Curiosity about a building I'd seen was all it took.
The Virginia Historical Society's banner lecture was "Sheltering Arms: A Legacy of Caring" given by Anne Lower from her book of the same name, out this year on the 125th anniversary of the hospital.
If it weren't for one of my walks having taken me down Clay Street across from the Valentine where I saw a handsome three-story building labeled "Sheltering Arms," I doubt the lecture would have piqued my interest.
Lower had my attention immediately when she explained that the original St. James Episcopal Church had been in Jackson Ward before moving to the "west end," over on Franklin Street in the heart of what is now VCU.
I couldn't have been more surprised to learn that Episcopalians had once gathered in J-Ward.
That was relevant because Rebekah Peterkin was the daughter of Reverend Joshua Peterkin of St. James church and she was the founder of Sheltering Arms.
With the limited powers of a 19th century woman, she convened her sewing circle to help establish a hospital for needy patients in the city.
Their first building - Clifton House on 14th Street - located behind the governor's mansion was donated and opened in 1889.
Lower made it sound like a community effort with doctors volunteering their time and bringing their own instruments, even painting walls, while farmers donated food and hunters donated deer.
Women, of course, donated time and endless fund-raising efforts.
After Rebekah died in 1891, the hospital was moved to the stately Grant mansion on Clay Street, the handsome building that had first caught my eye.
In the old photograph Lower showed, nurses wore floor-length white uniforms and she told us that they lived on the third floor of the mansion.
We heard about the formation of the Florence Nightingale Auxiliary and their community efforts - scout canned food drives, the Bal du Bois ("the most beautiful of parties," Lower called it), sorority fundraisers - to keep funds and goods coming in to Sheltering Arms.
Showing a picture of the operating room on Clay Street, Lower pointed out the three big windows, "Opened for fresh air during surgery, but also letting in flies because there were no screens then."

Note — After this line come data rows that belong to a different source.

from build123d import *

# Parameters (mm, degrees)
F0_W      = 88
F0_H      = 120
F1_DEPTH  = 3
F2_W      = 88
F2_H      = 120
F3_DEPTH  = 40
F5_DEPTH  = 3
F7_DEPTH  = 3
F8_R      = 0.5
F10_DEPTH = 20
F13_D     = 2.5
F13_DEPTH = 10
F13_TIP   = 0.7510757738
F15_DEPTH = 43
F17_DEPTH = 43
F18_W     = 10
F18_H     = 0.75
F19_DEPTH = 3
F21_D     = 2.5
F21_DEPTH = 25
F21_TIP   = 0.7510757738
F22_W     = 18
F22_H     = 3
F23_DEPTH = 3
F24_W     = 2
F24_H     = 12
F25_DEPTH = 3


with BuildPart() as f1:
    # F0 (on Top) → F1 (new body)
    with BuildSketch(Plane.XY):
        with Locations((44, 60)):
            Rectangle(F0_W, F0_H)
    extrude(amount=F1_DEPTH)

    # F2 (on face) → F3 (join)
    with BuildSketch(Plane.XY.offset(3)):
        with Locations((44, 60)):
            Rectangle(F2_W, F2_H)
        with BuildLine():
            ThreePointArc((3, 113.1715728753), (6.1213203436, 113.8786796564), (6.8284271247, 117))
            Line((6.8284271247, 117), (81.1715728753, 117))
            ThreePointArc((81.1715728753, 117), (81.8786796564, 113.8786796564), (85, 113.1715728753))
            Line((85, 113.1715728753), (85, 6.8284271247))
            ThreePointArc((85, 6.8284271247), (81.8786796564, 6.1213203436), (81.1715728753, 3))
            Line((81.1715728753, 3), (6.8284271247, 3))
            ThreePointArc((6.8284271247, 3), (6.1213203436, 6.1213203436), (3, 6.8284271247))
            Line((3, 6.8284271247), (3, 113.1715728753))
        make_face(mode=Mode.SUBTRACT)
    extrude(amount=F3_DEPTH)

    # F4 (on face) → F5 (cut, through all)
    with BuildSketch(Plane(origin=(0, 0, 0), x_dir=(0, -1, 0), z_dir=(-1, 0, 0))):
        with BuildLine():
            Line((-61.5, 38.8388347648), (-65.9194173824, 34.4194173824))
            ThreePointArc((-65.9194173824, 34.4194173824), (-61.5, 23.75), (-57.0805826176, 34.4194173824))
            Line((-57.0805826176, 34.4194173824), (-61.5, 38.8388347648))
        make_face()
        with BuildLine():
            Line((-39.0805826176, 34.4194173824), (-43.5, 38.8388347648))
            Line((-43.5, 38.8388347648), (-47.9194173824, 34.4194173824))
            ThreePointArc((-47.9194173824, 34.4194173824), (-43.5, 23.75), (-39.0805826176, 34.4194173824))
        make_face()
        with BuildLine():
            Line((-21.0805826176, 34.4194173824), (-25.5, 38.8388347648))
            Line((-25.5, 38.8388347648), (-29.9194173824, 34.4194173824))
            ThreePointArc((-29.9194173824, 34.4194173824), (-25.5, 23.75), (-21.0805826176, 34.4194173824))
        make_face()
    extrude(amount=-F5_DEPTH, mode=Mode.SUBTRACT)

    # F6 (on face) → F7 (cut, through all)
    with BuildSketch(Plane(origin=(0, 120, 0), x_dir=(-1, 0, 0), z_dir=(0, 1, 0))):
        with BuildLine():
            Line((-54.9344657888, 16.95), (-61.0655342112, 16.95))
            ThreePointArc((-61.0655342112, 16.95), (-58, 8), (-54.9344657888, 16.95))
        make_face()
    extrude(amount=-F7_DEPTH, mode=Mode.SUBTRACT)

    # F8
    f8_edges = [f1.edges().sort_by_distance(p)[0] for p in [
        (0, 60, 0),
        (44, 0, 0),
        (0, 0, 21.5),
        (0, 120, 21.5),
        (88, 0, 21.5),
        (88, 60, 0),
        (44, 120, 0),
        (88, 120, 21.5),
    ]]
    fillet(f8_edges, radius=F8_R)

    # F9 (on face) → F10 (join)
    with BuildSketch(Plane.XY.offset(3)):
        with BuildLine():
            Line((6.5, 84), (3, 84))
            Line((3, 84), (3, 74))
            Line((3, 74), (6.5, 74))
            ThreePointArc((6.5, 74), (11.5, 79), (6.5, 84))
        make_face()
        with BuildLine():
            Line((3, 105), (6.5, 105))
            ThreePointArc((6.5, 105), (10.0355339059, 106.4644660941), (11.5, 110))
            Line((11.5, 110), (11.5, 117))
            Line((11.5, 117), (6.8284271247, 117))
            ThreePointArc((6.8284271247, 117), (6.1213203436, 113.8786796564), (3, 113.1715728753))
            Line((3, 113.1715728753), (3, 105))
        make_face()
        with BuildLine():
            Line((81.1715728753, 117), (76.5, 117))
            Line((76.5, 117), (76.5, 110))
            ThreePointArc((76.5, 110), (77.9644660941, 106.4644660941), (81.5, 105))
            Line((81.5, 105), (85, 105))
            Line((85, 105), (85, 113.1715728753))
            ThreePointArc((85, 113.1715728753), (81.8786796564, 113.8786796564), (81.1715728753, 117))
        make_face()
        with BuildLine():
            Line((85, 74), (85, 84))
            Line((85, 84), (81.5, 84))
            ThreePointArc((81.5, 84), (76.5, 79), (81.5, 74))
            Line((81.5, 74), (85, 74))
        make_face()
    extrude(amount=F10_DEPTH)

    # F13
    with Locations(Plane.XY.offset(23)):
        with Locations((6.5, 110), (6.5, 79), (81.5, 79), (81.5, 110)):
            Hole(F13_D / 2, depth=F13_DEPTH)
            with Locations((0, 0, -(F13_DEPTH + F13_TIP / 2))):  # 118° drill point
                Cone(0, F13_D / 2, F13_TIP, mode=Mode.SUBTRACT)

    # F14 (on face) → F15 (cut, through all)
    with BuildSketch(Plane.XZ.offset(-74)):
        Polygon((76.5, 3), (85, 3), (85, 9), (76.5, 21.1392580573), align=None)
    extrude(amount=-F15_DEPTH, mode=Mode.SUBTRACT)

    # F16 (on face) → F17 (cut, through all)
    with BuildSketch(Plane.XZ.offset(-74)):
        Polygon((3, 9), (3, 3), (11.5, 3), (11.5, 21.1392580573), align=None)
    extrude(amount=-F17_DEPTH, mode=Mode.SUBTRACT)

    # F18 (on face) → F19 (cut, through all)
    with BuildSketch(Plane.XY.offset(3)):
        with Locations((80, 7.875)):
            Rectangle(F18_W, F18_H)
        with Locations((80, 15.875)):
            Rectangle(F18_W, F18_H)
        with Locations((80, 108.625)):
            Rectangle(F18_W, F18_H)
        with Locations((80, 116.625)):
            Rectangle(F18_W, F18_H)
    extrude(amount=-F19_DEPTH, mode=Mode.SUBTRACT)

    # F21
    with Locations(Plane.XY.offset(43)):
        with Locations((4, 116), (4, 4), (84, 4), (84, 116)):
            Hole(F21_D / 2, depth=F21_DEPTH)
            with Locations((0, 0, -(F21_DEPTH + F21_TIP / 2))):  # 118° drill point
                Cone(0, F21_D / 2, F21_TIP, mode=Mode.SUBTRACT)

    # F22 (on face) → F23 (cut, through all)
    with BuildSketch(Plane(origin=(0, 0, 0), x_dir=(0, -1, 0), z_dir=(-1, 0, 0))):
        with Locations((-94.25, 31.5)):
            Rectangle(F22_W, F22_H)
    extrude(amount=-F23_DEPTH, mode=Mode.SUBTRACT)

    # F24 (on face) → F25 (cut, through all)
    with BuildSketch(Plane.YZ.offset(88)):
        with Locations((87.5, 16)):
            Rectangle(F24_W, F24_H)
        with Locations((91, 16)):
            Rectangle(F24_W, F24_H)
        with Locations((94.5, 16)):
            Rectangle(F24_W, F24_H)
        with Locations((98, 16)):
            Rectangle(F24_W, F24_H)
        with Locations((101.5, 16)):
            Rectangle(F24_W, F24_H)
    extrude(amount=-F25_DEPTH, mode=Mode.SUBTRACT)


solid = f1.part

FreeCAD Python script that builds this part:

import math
import FreeCAD as App
import Part
import Sketcher
from FreeCAD import Vector
Q = App.Units.Quantity


def edges_at(feature, points):
    """Names of the edges that pass closest to the given points."""
    edges = feature.Shape.Edges
    near = lambda p: min(range(len(edges)), key=lambda i: edges[i].distToShape(Part.Vertex(*p))[0])
    return sorted({f"Edge{near(p) + 1}" for p in points})

doc = App.newDocument("Part")
body = doc.addObject("PartDesign::Body", "Body")

# Sketch on XY plane
sketch1 = body.newObject("Sketcher::SketchObject", "Sketch")
sketch1.AttachmentSupport = (doc.getObject("XY_Plane"), [""])
sketch1.MapMode = "FlatFace"
sketch1.addGeometry([
    Part.LineSegment(Vector(0, 120, 0), Vector(0, 0, 0)),
    Part.LineSegment(Vector(0, 0, 0), Vector(88, 0, 0)),
    Part.LineSegment(Vector(88, 0, 0), Vector(88, 120, 0)),
    Part.LineSegment(Vector(88, 120, 0), Vector(0, 120, 0)),
], False)
sketch1.addConstraint([
    Sketcher.Constraint("Coincident", 0, 2, 1, 1),
    Sketcher.Constraint("Coincident", 1, 2, 2, 1),
    Sketcher.Constraint("Coincident", 2, 2, 3, 1),
    Sketcher.Constraint("Coincident", 3, 2, 0, 1),
    Sketcher.Constraint("Vertical", 0),
    Sketcher.Constraint("Horizontal", 1),
    Sketcher.Constraint("Vertical", 2),
    Sketcher.Constraint("Horizontal", 3),
    Sketcher.Constraint("Coincident", 0, 2, -1, 1),
    Sketcher.Constraint("DistanceX", 1, 1, 1, 2, 88.0),
    Sketcher.Constraint("DistanceY", 0, 2, 0, 1, 120.0),
])
pad1 = body.newObject("PartDesign::Pad", "Pad")
pad1.Profile = sketch1
pad1.Length = 3

# Sketch on XY plane
sketch2 = body.newObject("Sketcher::SketchObject", "Sketch001")
sketch2.AttachmentSupport = (doc.getObject("XY_Plane"), [""])
sketch2.MapMode = "FlatFace"
sketch2.AttachmentOffset = App.Placement(Vector(0, 0, 3), App.Rotation())
sketch2.addGeometry([
    Part.LineSegment(Vector(0, 120, 0), Vector(0, 0, 0)),  # 0
    Part.LineSegment(Vector(0, 0, 0), Vector(88, 0, 0)),  # 1
    Part.LineSegment(Vector(88, 0, 0), Vector(88, 120, 0)),  # 2
    Part.LineSegment(Vector(88, 120, 0), Vector(0, 120, 0)),  # 3
    Part.LineSegment(Vector(3, 6.8, 0), Vector(3, 113.2, 0)),  # 4
    Part.ArcOfCircle(Part.Circle(Vector(4, 116, 0), Vector(0, 0, 1), 3), math.radians(-109), math.radians(19)),  # 5
    Part.LineSegment(Vector(6.8, 117, 0), Vector(81.2, 117, 0)),  # 6
    Part.ArcOfCircle(Part.Circle(Vector(84, 116, 0), Vector(0, 0, 1), 3), math.radians(161), math.radians(289)),  # 7
    Part.LineSegment(Vector(85, 113.2, 0), Vector(85, 6.8, 0)),  # 8
    Part.ArcOfCircle(Part.Circle(Vector(84, 4, 0), Vector(0, 0, 1), 3), math.radians(71), math.radians(199)),  # 9
    Part.LineSegment(Vector(81.2, 3, 0), Vector(6.8, 3, 0)),  # 10
    Part.ArcOfCircle(Part.Circle(Vector(4, 4, 0), Vector(0, 0, 1), 3), math.radians(-19), math.radians(109)),  # 11
], False)
sketch2.addConstraint([
    Sketcher.Constraint("Coincident", 0, 2, 1, 1),
    Sketcher.Constraint("Coincident", 1, 2, 2, 1),
    Sketcher.Constraint("Coincident", 2, 2, 3, 1),
    Sketcher.Constraint("Coincident", 3, 2, 0, 1),
    Sketcher.Constraint("Coincident", 4, 2, 5, 1),
    Sketcher.Constraint("Coincident", 5, 2, 6, 1),
    Sketcher.Constraint("Coincident", 6, 2, 7, 1),
    Sketcher.Constraint("Coincident", 7, 2, 8, 1),
    Sketcher.Constraint("Coincident", 8, 2, 9, 1),
    Sketcher.Constraint("Coincident", 9, 2, 10, 1),
    Sketcher.Constraint("Coincident", 10, 2, 11, 1),
    Sketcher.Constraint("Coincident", 11, 2, 4, 1),
    Sketcher.Constraint("Vertical", 0),
    Sketcher.Constraint("Horizontal", 1),
    Sketcher.Constraint("Vertical", 2),
    Sketcher.Constraint("Horizontal", 3),
    Sketcher.Constraint("Vertical", 4),
    Sketcher.Constraint("Horizontal", 6),
    Sketcher.Constraint("Vertical", 8),
    Sketcher.Constraint("Horizontal", 10),
    Sketcher.Constraint("Coincident", 0, 2, -1, 1),
    Sketcher.Constraint("Equal", 5, 7),
    Sketcher.Constraint("Equal", 7, 9),
    Sketcher.Constraint("Equal", 9, 11),
    Sketcher.Constraint("Horizontal", 5, 3, 7, 3),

She said the windows had a great view of the countryside looking east.
That's the kind of details I go to these lectures for. Imagine a time when operating rooms were open to views and flies!
The rest of the history interested me less - the move to northside where they no longer delivered babies or did surgery, the decline in need for free care once Medicare was put into law and how Sheltering Arms reinvented itself as a rehabilitation facility.
All well and good.
For me, I have a new appreciation of the Grant Mansion and next time I walk by, I'll try to imagine those long-skirted nurses working and living in that lovely house.
I'll probably even try to figure out which windows were the operation room ones so I can envision the view.
And then when I get back to Jackson Ward, I'll completely suspend belief and try to imagine Episcopalians in my neighborhood.
It must be true. I heard it at a Banner Lecture.